Saved entries:
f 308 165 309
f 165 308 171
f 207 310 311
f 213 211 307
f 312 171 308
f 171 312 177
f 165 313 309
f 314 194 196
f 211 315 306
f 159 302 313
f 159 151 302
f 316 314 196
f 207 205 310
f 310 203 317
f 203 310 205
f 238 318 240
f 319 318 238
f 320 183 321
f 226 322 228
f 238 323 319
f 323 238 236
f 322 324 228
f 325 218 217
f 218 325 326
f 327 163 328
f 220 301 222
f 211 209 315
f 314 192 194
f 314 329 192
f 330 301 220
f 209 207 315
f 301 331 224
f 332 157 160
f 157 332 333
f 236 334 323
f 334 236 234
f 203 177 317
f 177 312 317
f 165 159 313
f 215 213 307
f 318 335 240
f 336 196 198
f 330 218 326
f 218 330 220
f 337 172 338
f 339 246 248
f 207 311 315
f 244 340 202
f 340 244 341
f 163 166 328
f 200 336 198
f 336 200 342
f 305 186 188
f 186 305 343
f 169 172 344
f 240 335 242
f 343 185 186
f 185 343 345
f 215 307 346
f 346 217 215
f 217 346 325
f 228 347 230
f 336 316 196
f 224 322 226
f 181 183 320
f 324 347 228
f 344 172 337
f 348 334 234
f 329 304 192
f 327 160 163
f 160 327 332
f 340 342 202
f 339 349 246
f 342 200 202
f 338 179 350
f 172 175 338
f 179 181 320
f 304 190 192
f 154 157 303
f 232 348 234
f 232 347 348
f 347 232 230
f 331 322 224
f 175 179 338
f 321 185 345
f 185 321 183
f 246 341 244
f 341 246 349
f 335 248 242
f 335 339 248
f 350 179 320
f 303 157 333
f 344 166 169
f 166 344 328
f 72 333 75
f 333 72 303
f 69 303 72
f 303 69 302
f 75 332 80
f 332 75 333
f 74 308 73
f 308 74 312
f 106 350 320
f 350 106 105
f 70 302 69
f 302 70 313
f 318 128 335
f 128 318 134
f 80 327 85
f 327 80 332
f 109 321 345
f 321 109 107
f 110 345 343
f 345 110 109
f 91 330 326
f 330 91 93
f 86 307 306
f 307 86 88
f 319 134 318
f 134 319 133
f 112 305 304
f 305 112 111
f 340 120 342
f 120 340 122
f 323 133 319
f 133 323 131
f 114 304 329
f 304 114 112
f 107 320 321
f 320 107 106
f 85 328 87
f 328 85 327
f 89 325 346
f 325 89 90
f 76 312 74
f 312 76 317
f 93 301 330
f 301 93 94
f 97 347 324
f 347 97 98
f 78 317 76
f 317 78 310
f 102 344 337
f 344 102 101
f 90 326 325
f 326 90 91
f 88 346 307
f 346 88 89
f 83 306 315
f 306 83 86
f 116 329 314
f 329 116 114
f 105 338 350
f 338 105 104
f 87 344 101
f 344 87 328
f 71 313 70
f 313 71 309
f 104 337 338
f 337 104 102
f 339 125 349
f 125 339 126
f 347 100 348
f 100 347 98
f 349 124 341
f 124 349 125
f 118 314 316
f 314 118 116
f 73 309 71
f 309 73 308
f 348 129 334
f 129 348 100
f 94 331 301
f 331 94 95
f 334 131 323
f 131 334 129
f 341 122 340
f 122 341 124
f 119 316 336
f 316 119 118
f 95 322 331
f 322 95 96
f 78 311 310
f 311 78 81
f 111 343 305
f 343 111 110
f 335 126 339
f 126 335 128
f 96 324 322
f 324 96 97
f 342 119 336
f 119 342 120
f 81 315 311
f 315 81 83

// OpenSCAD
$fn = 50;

- [ACTIVITY] Transcribe the records exactly as they appear.

- [RESULT]
f 308 165 309
f 165 308 171
f 207 310 311
f 213 211 307
f 312 171 308
f 171 312 177
f 165 313 309
f 314 194 196
f 211 315 306
f 159 302 313
f 159 151 302
f 316 314 196
f 207 205 310
f 310 203 317
f 203 310 205
f 238 318 240
f 319 318 238
f 320 183 321
f 226 322 228
f 238 323 319
f 323 238 236
f 322 324 228
f 325 218 217
f 218 325 326
f 327 163 328
f 220 301 222
f 211 209 315
f 314 192 194
f 314 329 192
f 330 301 220
f 209 207 315
f 301 331 224
f 332 157 160
f 157 332 333
f 236 334 323
f 334 236 234
f 203 177 317
f 177 312 317
f 165 159 313
f 215 213 307
f 318 335 240
f 336 196 198
f 330 218 326
f 218 330 220
f 337 172 338
f 339 246 248
f 207 311 315
f 244 340 202
f 340 244 341
f 163 166 328
f 200 336 198
f 336 200 342
f 305 186 188
f 186 305 343
f 169 172 344
f 240 335 242
f 343 185 186
f 185 343 345
f 215 307 346
f 346 217 215
f 217 346 325
f 228 347 230
f 336 316 196
f 224 322 226
f 181 183 320
f 324 347 228
f 344 172 337
f 348 334 234
f 329 304 192
f 327 160 163
f 160 327 332
f 340 342 202
f 339 349 246
f 342 200 202
f 338 179 350
f 172 175 338
f 179 181 320
f 304 190 192
f 154 157 303
f 232 348 234
f 232 347 348
f 347 232 230
f 331 322 224
f 175 179 338
f 321 185 345
f 185 321 183
f 246 341 244
f 341 246 349
f 335 248 242
f 335 339 248
f 350 179 320
f 303 157 333
f 344 166 169
f 166 344 328
f 72 333 75
f 333 72 303
f 69 303 72
f 303 69 302
f 75 332 80
f 332 75 333
f 74 308 73
f 308 74 312
f 106 350 320
f 350 106 105
f 70 302 69
f 302 70 313
f 318 128 335
f 128 318 134
f 80 327 85
f 327 80 332
f 109 321 345
f 321 109 107
f 110 345 343
f 345 110 109
f 91 330 326
f 330 91 93
f 86 307 306
f 307 86 88
f 319 134 318
f 134 319 133
f 112 305 304
f 305 112 111
f 340 120 342
f 120 340 122
f 323 133 319
f 133 323 131
f 114 304 329
f 304 114 112
f 107 320 321
f 320 107 106
f 85 328 87
f 328 85 327
f 89 325 346
f 325 89 90
f 76 312 74
f 312 76 317
f 93 301 330
f 301 93 94
f 97 347 324
f 347 97 98
f 78 317 76
f 317 78 310
f 102 344 337
f 344 102 101
f 90 326 325
f 326 90 91
f 88 346 307
f 346 88 89
f 83 306 315
f 306 83 86
f 116 329 314
f 329 116 114
f 105 338 350
f 338 105 104
f 87 344 101
f 344 87 328
f 71 313 70
f 313 71 309
f 104 337 338
f 337 104 102
f 339 125 349
f 125 339 126
f 347 100 348
f 100 347 98
f 349 124 341
f 124 349 125
f 118 314 316
f 314 118 116
f 73 309 71
f 309 73 308
f 348 129 334
f 129 348 100
f 94 331 301
f 331 94 95
f 334 131 323
f 131 334 129
f 341 122 340
f 122 341 124
f 119 316 336
f 316 119 118
f 95 322 331
f 322 95 96
f 78 311 310
f 311 78 81
f 111 343 305
f 343 111 110
f 335 126 339
f 126 335 128
f 96 324 322
f 324 96 97
f 342 119 336
f 119 342 120
f 81 315 311
f 315 81 83

// OpenSCAD
$fn = 50;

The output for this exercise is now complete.